- **Records shown**
----------
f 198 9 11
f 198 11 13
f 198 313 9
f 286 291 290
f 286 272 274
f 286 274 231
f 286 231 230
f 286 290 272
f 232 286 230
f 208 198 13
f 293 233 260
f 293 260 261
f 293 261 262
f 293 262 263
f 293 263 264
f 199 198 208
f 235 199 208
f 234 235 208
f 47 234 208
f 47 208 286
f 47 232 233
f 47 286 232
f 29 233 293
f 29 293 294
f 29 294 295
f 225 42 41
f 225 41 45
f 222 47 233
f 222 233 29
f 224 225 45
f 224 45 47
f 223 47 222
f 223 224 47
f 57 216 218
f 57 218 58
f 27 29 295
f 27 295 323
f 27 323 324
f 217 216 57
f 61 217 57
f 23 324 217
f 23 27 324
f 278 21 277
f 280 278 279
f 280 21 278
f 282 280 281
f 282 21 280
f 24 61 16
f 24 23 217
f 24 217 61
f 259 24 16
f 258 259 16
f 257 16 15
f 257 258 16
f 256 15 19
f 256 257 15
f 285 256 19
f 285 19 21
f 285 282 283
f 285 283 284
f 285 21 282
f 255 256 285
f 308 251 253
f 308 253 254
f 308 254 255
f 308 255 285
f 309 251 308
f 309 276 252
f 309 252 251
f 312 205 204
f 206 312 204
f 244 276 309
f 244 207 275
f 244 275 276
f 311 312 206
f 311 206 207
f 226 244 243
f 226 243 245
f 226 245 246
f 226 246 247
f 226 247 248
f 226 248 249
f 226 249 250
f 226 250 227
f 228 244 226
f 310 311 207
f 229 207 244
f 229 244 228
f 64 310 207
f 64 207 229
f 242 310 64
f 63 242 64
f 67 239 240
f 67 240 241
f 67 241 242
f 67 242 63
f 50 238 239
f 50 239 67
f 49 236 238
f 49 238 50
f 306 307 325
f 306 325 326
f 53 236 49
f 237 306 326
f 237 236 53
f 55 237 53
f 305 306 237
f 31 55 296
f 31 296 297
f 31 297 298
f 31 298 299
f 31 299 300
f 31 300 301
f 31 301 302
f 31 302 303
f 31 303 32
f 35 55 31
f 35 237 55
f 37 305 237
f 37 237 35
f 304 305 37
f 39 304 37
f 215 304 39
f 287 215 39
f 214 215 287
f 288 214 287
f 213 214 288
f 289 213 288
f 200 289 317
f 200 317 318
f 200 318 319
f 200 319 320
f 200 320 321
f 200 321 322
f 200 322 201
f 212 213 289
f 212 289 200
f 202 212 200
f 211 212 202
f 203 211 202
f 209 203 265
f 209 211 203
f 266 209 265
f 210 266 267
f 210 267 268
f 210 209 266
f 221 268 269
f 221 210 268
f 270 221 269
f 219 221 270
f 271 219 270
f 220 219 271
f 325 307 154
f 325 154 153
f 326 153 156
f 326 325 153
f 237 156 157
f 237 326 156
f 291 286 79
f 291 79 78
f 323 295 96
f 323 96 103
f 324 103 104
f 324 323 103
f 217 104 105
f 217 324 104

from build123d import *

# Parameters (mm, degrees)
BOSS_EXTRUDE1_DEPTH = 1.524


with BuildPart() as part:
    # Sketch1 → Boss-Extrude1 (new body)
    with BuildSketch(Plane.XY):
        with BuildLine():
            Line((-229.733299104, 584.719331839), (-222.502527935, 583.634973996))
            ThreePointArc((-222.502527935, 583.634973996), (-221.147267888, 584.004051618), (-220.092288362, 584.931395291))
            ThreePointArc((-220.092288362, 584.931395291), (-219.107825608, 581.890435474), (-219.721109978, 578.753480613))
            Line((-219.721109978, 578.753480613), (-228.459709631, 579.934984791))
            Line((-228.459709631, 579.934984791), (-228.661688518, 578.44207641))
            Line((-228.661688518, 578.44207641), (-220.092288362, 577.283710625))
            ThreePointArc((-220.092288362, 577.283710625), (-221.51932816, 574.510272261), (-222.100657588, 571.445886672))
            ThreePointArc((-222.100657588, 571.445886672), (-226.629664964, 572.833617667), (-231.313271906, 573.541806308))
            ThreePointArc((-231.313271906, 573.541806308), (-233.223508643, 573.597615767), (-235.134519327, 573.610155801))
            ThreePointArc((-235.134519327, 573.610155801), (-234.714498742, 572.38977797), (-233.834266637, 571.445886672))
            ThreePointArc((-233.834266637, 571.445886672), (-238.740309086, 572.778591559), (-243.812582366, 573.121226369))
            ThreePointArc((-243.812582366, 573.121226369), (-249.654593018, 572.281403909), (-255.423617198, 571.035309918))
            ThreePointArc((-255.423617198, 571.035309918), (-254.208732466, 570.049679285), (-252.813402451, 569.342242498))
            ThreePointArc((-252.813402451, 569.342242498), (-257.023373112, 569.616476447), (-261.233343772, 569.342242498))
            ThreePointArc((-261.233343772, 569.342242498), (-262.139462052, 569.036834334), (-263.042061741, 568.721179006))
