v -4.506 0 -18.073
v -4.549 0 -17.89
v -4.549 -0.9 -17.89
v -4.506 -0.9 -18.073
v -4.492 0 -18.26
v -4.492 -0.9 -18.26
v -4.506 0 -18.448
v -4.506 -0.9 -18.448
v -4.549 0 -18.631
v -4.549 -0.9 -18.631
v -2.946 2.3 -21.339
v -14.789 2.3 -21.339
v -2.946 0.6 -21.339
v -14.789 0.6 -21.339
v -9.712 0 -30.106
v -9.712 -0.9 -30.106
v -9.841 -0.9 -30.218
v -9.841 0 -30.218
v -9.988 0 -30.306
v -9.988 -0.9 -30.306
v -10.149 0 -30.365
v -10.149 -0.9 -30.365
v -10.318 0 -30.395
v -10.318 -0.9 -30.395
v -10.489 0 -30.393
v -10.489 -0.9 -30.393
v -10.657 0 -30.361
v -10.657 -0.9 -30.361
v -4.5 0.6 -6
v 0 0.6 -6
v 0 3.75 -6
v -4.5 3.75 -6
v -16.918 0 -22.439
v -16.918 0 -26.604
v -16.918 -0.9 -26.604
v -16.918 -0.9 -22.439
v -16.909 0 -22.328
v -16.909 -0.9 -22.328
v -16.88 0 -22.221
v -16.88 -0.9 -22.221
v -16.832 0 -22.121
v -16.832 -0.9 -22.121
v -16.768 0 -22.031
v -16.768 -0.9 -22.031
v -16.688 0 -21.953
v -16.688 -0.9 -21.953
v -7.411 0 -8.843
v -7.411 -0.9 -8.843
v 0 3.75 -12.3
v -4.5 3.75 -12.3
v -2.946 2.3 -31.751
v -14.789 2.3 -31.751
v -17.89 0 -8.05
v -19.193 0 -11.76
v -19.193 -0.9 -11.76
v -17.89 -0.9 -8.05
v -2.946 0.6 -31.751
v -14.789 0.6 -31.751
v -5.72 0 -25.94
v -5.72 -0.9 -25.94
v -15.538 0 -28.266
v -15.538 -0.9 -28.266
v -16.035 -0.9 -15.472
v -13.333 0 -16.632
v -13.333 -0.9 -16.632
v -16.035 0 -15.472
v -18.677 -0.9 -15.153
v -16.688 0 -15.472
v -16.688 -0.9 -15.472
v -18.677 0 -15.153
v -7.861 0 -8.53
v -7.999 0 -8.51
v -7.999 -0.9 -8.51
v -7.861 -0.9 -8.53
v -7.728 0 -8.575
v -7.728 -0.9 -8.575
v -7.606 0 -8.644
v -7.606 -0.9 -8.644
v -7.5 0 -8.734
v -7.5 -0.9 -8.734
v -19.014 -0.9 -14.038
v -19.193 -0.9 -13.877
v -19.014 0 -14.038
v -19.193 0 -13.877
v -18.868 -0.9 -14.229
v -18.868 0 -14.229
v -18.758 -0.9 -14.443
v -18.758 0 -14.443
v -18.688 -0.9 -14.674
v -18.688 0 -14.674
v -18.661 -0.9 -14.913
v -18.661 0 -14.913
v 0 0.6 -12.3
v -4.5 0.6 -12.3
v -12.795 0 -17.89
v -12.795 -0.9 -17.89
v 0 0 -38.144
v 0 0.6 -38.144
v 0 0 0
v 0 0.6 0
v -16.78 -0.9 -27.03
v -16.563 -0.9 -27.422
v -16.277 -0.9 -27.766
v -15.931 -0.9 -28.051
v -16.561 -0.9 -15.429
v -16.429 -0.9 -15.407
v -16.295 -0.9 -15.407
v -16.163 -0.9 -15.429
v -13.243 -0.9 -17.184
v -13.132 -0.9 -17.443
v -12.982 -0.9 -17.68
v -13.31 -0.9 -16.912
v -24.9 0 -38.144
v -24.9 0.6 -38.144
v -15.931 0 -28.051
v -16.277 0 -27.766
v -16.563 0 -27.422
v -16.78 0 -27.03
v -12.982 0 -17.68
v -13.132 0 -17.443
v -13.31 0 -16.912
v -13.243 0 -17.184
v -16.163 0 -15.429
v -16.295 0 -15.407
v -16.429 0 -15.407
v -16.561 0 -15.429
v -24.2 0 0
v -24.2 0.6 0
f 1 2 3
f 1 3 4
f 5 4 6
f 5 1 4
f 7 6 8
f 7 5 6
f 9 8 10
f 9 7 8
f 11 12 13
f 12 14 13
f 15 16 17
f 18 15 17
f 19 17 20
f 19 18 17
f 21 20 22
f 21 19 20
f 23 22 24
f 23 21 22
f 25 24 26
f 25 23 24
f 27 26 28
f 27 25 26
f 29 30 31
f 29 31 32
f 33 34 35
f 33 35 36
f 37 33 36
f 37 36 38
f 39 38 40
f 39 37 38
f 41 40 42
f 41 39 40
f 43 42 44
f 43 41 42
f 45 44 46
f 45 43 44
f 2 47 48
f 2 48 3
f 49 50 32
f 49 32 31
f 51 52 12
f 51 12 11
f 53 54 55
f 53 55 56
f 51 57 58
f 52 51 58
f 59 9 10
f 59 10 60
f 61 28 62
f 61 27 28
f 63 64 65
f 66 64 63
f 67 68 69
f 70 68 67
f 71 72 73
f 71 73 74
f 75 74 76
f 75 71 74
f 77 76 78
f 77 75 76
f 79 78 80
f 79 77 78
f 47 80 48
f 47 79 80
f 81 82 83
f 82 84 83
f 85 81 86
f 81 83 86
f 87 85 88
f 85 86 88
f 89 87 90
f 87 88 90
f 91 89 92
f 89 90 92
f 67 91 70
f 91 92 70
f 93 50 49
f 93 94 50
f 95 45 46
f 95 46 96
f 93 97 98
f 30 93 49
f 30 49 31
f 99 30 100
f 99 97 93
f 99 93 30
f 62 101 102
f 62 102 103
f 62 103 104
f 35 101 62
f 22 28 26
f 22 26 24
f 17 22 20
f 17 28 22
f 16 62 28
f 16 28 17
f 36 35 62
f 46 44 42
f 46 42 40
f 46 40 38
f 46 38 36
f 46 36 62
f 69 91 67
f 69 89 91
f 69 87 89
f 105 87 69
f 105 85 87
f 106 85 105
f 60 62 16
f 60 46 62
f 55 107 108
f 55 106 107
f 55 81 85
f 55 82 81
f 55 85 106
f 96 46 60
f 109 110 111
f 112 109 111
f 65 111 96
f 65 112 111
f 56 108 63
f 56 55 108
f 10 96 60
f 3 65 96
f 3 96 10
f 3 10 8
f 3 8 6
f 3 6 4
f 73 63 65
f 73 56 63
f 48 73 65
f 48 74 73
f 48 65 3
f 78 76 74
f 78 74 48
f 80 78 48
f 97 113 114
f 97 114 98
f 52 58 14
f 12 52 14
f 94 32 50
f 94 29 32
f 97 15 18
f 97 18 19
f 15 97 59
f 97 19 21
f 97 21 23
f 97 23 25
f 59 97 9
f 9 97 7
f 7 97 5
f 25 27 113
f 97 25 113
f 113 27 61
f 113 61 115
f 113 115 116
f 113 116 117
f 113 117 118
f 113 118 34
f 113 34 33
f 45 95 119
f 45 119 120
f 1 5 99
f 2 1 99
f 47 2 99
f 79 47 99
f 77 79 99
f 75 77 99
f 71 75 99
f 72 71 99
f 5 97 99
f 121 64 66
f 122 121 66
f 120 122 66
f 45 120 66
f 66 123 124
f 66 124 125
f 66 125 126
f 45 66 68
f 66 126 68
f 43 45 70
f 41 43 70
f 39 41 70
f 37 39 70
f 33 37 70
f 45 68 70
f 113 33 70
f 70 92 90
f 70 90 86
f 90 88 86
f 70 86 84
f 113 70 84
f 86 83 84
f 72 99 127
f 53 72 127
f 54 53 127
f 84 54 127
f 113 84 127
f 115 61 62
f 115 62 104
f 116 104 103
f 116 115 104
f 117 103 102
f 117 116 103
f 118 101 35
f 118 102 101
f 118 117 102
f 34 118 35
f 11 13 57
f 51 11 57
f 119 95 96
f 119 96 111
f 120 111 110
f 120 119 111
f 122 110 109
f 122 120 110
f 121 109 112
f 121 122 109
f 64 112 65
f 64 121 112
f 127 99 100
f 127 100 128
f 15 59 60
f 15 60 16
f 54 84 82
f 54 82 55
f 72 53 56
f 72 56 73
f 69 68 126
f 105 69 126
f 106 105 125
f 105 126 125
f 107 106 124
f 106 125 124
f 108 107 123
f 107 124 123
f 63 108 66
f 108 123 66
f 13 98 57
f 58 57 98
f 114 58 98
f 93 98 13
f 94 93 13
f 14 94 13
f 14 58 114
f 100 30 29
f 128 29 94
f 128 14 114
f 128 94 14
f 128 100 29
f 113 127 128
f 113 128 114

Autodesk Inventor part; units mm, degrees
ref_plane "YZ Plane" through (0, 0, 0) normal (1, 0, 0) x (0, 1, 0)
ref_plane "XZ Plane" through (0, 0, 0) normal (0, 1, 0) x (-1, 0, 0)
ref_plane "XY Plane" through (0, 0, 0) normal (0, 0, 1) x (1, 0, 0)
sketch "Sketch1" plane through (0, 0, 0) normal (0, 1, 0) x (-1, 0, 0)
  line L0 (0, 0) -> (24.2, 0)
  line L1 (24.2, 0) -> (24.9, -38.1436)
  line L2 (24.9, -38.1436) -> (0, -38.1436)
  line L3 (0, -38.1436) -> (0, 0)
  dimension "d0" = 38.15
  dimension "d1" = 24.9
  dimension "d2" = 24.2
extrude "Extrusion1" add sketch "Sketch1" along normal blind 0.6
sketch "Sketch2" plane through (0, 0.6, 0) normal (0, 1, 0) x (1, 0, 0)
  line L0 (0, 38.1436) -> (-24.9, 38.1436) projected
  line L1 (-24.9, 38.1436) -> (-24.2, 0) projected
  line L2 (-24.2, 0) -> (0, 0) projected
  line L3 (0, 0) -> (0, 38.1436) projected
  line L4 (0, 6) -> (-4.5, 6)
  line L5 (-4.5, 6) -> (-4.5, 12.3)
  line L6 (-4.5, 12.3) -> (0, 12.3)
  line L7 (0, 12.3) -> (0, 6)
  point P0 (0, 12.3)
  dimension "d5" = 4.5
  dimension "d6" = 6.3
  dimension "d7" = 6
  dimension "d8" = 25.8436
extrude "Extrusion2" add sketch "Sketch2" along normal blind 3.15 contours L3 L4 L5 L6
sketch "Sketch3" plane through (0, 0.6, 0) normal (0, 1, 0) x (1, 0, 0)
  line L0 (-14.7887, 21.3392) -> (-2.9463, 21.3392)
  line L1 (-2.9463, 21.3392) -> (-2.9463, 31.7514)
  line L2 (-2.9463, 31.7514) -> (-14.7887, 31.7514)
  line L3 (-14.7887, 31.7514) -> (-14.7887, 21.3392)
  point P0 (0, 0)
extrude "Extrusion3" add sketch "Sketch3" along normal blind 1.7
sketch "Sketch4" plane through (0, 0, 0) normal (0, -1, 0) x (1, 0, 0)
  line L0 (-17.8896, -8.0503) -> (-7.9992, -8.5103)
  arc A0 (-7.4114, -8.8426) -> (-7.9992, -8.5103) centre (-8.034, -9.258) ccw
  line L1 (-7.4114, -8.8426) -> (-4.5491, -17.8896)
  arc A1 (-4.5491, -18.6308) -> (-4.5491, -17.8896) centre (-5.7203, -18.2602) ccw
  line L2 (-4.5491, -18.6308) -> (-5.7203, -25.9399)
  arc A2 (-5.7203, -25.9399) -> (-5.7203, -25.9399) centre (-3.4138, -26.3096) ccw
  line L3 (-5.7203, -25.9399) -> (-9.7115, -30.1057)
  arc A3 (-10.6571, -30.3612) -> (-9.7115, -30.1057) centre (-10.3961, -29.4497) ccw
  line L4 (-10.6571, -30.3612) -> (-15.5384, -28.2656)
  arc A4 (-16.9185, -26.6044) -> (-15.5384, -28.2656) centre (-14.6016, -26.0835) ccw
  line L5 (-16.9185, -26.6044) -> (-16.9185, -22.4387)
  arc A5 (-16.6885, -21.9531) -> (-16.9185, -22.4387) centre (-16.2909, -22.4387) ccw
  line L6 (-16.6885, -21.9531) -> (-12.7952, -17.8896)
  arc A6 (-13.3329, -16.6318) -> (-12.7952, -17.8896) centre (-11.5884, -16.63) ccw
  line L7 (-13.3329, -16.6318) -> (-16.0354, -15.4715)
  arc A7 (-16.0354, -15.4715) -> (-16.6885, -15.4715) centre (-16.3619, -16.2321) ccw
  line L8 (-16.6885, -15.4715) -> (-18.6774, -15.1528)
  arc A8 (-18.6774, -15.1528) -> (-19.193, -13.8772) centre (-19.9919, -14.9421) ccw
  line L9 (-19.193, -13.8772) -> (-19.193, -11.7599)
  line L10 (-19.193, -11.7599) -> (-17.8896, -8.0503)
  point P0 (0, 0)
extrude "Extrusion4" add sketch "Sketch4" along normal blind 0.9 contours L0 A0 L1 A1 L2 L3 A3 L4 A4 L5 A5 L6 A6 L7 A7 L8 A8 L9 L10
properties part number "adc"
----------
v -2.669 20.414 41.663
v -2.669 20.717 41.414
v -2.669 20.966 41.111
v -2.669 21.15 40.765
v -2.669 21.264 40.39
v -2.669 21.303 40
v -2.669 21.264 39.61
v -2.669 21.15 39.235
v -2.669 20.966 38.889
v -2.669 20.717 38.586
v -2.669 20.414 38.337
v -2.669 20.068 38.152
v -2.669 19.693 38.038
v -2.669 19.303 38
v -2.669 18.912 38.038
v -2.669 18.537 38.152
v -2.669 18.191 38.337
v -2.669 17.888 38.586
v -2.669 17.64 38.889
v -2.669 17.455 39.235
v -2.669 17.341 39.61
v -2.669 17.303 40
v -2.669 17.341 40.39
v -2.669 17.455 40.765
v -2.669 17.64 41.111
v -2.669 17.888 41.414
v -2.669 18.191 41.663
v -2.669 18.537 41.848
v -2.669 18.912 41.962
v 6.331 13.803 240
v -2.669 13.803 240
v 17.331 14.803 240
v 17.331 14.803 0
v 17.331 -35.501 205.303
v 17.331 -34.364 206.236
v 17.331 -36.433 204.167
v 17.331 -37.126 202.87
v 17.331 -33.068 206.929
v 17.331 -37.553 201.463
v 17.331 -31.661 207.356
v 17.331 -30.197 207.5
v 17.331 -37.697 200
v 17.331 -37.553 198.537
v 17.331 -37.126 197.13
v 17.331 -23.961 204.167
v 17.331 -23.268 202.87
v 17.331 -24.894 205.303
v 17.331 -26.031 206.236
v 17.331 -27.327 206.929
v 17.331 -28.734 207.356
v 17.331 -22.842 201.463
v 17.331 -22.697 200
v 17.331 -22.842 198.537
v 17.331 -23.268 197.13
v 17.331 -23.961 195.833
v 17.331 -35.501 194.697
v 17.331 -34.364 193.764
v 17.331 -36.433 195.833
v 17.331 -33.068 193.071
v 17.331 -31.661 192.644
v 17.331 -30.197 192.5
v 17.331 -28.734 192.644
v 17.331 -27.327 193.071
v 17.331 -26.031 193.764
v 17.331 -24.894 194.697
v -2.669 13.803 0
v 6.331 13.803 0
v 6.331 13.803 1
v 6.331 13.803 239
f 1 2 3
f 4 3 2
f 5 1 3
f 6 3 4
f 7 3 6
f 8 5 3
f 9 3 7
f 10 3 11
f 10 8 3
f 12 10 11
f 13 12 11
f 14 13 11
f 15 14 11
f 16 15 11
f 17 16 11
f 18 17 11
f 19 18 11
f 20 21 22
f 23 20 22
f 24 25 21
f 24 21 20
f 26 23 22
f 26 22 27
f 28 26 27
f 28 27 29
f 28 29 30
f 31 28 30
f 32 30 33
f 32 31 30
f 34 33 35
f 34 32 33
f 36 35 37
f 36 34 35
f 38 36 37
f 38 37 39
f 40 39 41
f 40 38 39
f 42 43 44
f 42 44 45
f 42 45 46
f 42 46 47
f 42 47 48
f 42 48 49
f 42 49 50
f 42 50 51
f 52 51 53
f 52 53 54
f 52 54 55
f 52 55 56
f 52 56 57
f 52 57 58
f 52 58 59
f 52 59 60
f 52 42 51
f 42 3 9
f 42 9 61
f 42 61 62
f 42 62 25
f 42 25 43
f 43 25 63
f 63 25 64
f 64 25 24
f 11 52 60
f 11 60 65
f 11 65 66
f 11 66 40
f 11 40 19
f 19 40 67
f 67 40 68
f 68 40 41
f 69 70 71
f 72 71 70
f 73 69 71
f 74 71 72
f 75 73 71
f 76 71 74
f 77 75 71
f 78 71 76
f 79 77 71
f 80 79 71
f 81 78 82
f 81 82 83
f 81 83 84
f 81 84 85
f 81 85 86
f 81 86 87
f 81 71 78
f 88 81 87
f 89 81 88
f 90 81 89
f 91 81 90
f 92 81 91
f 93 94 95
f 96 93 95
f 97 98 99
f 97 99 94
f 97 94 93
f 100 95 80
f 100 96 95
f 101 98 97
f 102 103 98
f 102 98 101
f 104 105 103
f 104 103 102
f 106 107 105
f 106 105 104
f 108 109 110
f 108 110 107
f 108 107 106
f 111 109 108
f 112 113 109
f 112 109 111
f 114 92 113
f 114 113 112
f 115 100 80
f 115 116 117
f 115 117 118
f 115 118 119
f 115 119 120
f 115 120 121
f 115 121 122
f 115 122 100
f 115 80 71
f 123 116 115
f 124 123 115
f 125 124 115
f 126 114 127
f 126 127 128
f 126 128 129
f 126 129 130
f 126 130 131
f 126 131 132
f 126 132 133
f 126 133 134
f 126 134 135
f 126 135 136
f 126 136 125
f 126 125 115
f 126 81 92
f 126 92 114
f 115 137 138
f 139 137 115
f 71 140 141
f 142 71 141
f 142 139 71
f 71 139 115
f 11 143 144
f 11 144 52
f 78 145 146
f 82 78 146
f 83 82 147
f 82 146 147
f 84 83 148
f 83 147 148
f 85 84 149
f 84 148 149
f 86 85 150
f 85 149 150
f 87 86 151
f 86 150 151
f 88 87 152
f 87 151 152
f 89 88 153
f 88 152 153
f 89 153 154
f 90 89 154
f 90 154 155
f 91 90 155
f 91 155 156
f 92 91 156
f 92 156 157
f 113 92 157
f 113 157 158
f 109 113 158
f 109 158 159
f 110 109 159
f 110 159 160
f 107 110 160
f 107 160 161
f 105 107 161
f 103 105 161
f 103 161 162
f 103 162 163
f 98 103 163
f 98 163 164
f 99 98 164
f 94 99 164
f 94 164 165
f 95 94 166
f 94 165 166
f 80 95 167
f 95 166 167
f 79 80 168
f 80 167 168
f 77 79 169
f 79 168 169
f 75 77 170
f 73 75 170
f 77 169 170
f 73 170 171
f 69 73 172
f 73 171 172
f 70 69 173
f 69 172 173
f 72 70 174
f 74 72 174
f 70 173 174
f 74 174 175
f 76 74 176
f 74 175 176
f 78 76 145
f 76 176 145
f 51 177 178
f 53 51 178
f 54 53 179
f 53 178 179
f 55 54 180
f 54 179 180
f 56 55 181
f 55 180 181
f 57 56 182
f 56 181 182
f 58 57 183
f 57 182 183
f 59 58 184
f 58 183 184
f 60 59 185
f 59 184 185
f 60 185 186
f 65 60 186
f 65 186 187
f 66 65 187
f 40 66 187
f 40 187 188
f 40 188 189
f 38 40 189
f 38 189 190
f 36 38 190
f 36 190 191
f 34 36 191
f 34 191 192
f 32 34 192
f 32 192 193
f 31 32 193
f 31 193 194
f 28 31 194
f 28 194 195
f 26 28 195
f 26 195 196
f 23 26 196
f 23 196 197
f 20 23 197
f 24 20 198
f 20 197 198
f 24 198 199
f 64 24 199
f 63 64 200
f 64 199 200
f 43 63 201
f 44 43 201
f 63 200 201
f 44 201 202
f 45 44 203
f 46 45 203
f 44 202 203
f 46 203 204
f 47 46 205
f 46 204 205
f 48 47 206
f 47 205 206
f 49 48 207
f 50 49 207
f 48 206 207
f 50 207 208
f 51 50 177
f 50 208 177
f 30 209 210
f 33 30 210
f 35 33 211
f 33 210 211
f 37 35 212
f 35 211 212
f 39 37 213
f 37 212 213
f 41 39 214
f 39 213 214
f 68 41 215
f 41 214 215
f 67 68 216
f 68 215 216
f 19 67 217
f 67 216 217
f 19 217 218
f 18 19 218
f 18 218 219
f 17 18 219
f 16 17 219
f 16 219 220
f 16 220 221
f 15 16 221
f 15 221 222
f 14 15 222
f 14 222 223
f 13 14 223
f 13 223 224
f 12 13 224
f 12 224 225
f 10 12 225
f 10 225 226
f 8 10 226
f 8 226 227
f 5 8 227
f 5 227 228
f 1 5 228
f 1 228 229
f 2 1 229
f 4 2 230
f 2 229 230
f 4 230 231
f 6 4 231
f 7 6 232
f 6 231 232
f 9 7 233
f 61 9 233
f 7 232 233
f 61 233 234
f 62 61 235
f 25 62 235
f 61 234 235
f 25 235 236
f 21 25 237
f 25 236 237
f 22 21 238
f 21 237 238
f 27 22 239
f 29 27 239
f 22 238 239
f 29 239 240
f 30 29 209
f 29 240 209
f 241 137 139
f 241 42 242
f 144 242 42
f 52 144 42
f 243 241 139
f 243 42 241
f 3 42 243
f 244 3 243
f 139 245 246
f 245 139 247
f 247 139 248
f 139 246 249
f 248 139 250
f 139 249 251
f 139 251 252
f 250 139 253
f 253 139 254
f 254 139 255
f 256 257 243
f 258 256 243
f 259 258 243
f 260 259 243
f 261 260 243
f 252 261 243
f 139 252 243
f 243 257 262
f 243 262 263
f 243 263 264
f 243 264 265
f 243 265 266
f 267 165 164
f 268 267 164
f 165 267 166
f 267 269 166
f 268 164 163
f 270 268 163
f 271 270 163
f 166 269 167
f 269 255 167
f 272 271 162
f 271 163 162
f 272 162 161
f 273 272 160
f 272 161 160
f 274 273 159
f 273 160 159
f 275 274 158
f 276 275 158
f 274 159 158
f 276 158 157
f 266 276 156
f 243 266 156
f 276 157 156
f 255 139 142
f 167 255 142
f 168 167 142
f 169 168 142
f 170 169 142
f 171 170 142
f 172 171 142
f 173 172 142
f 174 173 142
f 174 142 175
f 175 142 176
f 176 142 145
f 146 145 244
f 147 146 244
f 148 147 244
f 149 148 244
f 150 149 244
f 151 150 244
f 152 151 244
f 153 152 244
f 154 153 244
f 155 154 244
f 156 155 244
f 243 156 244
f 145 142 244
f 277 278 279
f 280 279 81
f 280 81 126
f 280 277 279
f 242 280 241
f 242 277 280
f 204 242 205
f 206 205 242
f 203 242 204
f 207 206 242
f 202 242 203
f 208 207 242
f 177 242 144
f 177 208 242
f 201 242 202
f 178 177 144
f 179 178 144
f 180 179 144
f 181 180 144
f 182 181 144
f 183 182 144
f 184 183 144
----------
- **Exercise aim**
Find the lines in the data that hold the word "ThreePointArc". Reply with how many there are and nothing more.

- **Exercise output**
11